In order to attract types of butterflies, nectar sources for the adults and host plants for their caterpillars have to be available.

Milkweed (Asclepius) is the only host plant utilized by monarch caterpillars. The genus name honors the Greek God Asclepias, the God of Medicine. Native Americans and others used milkweed medicinally. Though poisonous in large doses, it was used for kidney and bladder problems, pleurisy, as well as to increase perspiration to reduce fever.







The sap from the leaves of milkweed is toxic to many insects and other predators, but those that feed on the plant can safely absorb the toxins. They are then found to be distasteful to anything that attempts to feed on them. Most people don’t realize that milkweed is also a host plant for many other insects.



The tussock moth caterpillar is visibly cute to observe, being a furry little eating machine.


The distinctive coloring of shades of red or orange are a sign to predators that says, 'Leave me alone, I'll make you sick'.


A member of the longhorn wood boring beetle family, the red milkweed beetle is easy to identify as it has a characteristic easy to identify, four eyes instead of two. Long antennae are so close to the eyes that they actually split each eye in two.


 Milkweed leaf beetles are distinctively marked, large orange and black. They resemble an oversized lady beetle but are from a different family called the leaf beetles. They are commonly called "swamp" milkweed beetles, after their preference for the swamp milkweed.




Gray in appearance is the milkweed stem weevil. They feed on the milkweed stem by girdling the stem, then feeds on the oozing sap.




Last to mention are the seed bugs, which include the large and small milkweed bugs. These insects nibble the seeds of the milkweed flower. Like the sap, the seeds are harmless to the bugs but dangerous to their predators.

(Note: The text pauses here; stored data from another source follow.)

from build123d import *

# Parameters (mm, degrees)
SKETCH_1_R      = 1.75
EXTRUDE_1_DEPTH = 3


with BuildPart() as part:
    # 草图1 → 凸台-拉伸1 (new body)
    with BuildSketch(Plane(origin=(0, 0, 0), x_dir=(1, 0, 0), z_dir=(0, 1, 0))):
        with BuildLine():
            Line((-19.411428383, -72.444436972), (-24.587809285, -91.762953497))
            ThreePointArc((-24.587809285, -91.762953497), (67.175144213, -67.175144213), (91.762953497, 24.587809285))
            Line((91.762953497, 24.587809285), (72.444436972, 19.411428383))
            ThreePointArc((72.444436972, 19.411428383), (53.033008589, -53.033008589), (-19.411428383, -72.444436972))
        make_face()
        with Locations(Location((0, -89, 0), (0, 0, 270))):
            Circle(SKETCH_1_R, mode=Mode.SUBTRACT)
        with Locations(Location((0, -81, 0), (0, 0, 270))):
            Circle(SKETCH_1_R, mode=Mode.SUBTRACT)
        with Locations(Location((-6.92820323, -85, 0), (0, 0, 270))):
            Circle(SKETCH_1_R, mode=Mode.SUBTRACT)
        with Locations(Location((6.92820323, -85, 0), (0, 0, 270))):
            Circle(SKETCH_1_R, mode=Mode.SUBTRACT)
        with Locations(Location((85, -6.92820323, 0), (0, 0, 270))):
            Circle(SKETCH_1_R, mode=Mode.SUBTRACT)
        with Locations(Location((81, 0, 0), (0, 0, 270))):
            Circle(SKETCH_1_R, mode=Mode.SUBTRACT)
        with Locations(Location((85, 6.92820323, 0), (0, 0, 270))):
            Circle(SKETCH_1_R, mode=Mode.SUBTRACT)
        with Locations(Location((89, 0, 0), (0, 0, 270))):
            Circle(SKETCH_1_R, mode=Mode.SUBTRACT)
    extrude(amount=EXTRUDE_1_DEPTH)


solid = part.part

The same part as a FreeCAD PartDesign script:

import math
import FreeCAD as App
import Part
import Sketcher

V = App.Vector
Q = App.Units.Quantity

doc = App.newDocument("Part")
body = doc.addObject("PartDesign::Body", "Body")

sketch1 = body.newObject("Sketcher::SketchObject", "Sketch")
sketch1.AttachmentSupport = (doc.getObject("XZ_Plane"), [""])
sketch1.MapMode = "FlatFace"
sketch1.addGeometry(Part.LineSegment(V(-19.4, 72.4, 0), V(-24.6, 91.8, 0)), False)
sketch1.addGeometry(Part.ArcOfCircle(Part.Circle(V(0, 0, 0), V(0, 0, 1), 95), math.radians(-15), math.radians(105)), False)
sketch1.addGeometry(Part.LineSegment(V(91.8, -24.6, 0), V(72.4, -19.4, 0)), False)
sketch1.addGeometry(Part.ArcOfCircle(Part.Circle(V(0, 0, 0), V(0, 0, 1), 75), math.radians(-15), math.radians(105)), False)
sketch1.addGeometry(Part.Circle(V(-6.9, 85, 0), V(0, 0, 1), 1.8), False)
sketch1.addGeometry(Part.Circle(V(0, 89, 0), V(0, 0, 1), 1.8), False)
sketch1.addGeometry(Part.Circle(V(0, 81, 0), V(0, 0, 1), 1.8), False)
sketch1.addGeometry(Part.Circle(V(6.9, 85, 0), V(0, 0, 1), 1.8), False)
sketch1.addGeometry(Part.Circle(V(85, 6.9, 0), V(0, 0, 1), 1.8), False)
sketch1.addGeometry(Part.Circle(V(81, 0, 0), V(0, 0, 1), 1.8), False)
sketch1.addGeometry(Part.Circle(V(89, 0, 0), V(0, 0, 1), 1.8), False)
sketch1.addGeometry(Part.Circle(V(85, -6.9, 0), V(0, 0, 1), 1.8), False)
sketch1.addConstraint(Sketcher.Constraint("Coincident", 0, 2, 1, 2))
sketch1.addConstraint(Sketcher.Constraint("Coincident", 1, 1, 2, 1))
sketch1.addConstraint(Sketcher.Constraint("Coincident", 2, 2, 3, 1))
sketch1.addConstraint(Sketcher.Constraint("Coincident", 3, 2, 0, 1))
sketch1.addConstraint(Sketcher.Constraint("Coincident", 1, 3, -1, 1))
sketch1.addConstraint(Sketcher.Constraint("Coincident", 3, 3, -1, 1))
sketch1.addConstraint(Sketcher.Constraint("Equal", 4, 5))
sketch1.addConstraint(Sketcher.Constraint("Equal", 5, 6))
sketch1.addConstraint(Sketcher.Constraint("Equal", 6, 7))
sketch1.addConstraint(Sketcher.Constraint("Equal", 7, 8))
sketch1.addConstraint(Sketcher.Constraint("Equal", 8, 9))
sketch1.addConstraint(Sketcher.Constraint("Equal", 9, 10))
sketch1.addConstraint(Sketcher.Constraint("Equal", 10, 11))
sketch1.addConstraint(Sketcher.Constraint("Symmetric", 4, 3, 7, 3, -2))
sketch1.addConstraint(Sketcher.Constraint("Symmetric", 8, 3, 11, 3, -1))
sketch1.addConstraint(Sketcher.Constraint("PointOnObject", 5, 3, -2))
sketch1.addConstraint(Sketcher.Constraint("PointOnObject", 6, 3, -2))
sketch1.addConstraint(Sketcher.Constraint("PointOnObject", 9, 3, -1))
sketch1.addConstraint(Sketcher.Constraint("PointOnObject", 10, 3, -1))
sketch1.addConstraint(Sketcher.Constraint("Radius", 1, 95.0))
sketch1.addConstraint(Sketcher.Constraint("Radius", 3, 75.0))
sketch1.addConstraint(Sketcher.Constraint("Diameter", 4, 3.5))
sketch1.addConstraint(Sketcher.Constraint("Angle", 0, Q("105 deg")))
sketch1.addConstraint(Sketcher.Constraint("Angle", 2, Q("165 deg")))
sketch1.addConstraint(Sketcher.Constraint("DistanceY", -1, 1, 4, 3, 85.0))
sketch1.addConstraint(Sketcher.Constraint("DistanceY", -1, 1, 5, 3, 89.0))
sketch1.addConstraint(Sketcher.Constraint("DistanceY", -1, 1, 6, 3, 81.0))
sketch1.addConstraint(Sketcher.Constraint("DistanceX", -1, 1, 8, 3, 85.0))
sketch1.addConstraint(Sketcher.Constraint("DistanceX", -1, 1, 9, 3, 81.0))
sketch1.addConstraint(Sketcher.Constraint("DistanceX", -1, 1, 10, 3, 89.0))
sketch1.addConstraint(Sketcher.Constraint("DistanceX", 0, 2, -1, 1, 24.587809))
sketch1.addConstraint(Sketcher.Constraint("DistanceY", 1, 1, -1, 1, 24.587809))
sketch1.addConstraint(Sketcher.Constraint("DistanceY", 2, 2, 8, 3, 26.339632))
sketch1.addConstraint(Sketcher.Constraint("DistanceX", 3, 2, 7, 3, 26.339632))
pad1 = body.newObject("PartDesign::Pad", "Pad")
pad1.Profile = sketch1
pad1.Length = 3
pad1.Reversed = True

doc.recompute()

Milkweed has various varieties but it is best to plant natives to your area. They are easy to grow, needing well-drained soil and a sunny to partly shady spot. By fall, the seedpods burst, sending out copious quantities of seeds which easily reseed.



Your common milkweed (Asclepias syriaca)
















Swamp milkweed (Asclepias incarnata)








 
 


Butterfly weed (Asclepias tuberosa)











Dogbane (Apocynum cannabinum) resembles milkweed but isn't an Asclepias. Apocynum means 'poisonous to dogs'. Cannabinum is the scientific name and the common names are Hemp dogbane and Indian hemp. It is a fiber plant rather than a source of the psychoactive drug, Cannabis. Both have white sap, but milkweed has hollow green stems and dogbane has solid red stems. Monarch caterpillars won't even eat dogbane.



 Are these 'good' bugs or 'bad' bugs? It depends upon what you consider to be good or bad. Since the Milkweed Bugs are seed and sap-suckers, if bugs chomp and deform the milkweed in your garden, you may consider them 'bad' bugs. Host plant or not, you may not want them in your garden and squish them. Just please don't use pesticides to control unwanted visitors. You will be harming those you do want such as the monarch butterfly caterpillars. It is a natural occurrence for the host plant to be fed upon and it is only temporary.

Enjoy the amazing process of metamorphosis and take pride in providing the means for the survival of these insects. If you're a collector of the Asclepias seed pods and need them unmarred, handpicking a few select plants to keep them bug free would be the best option.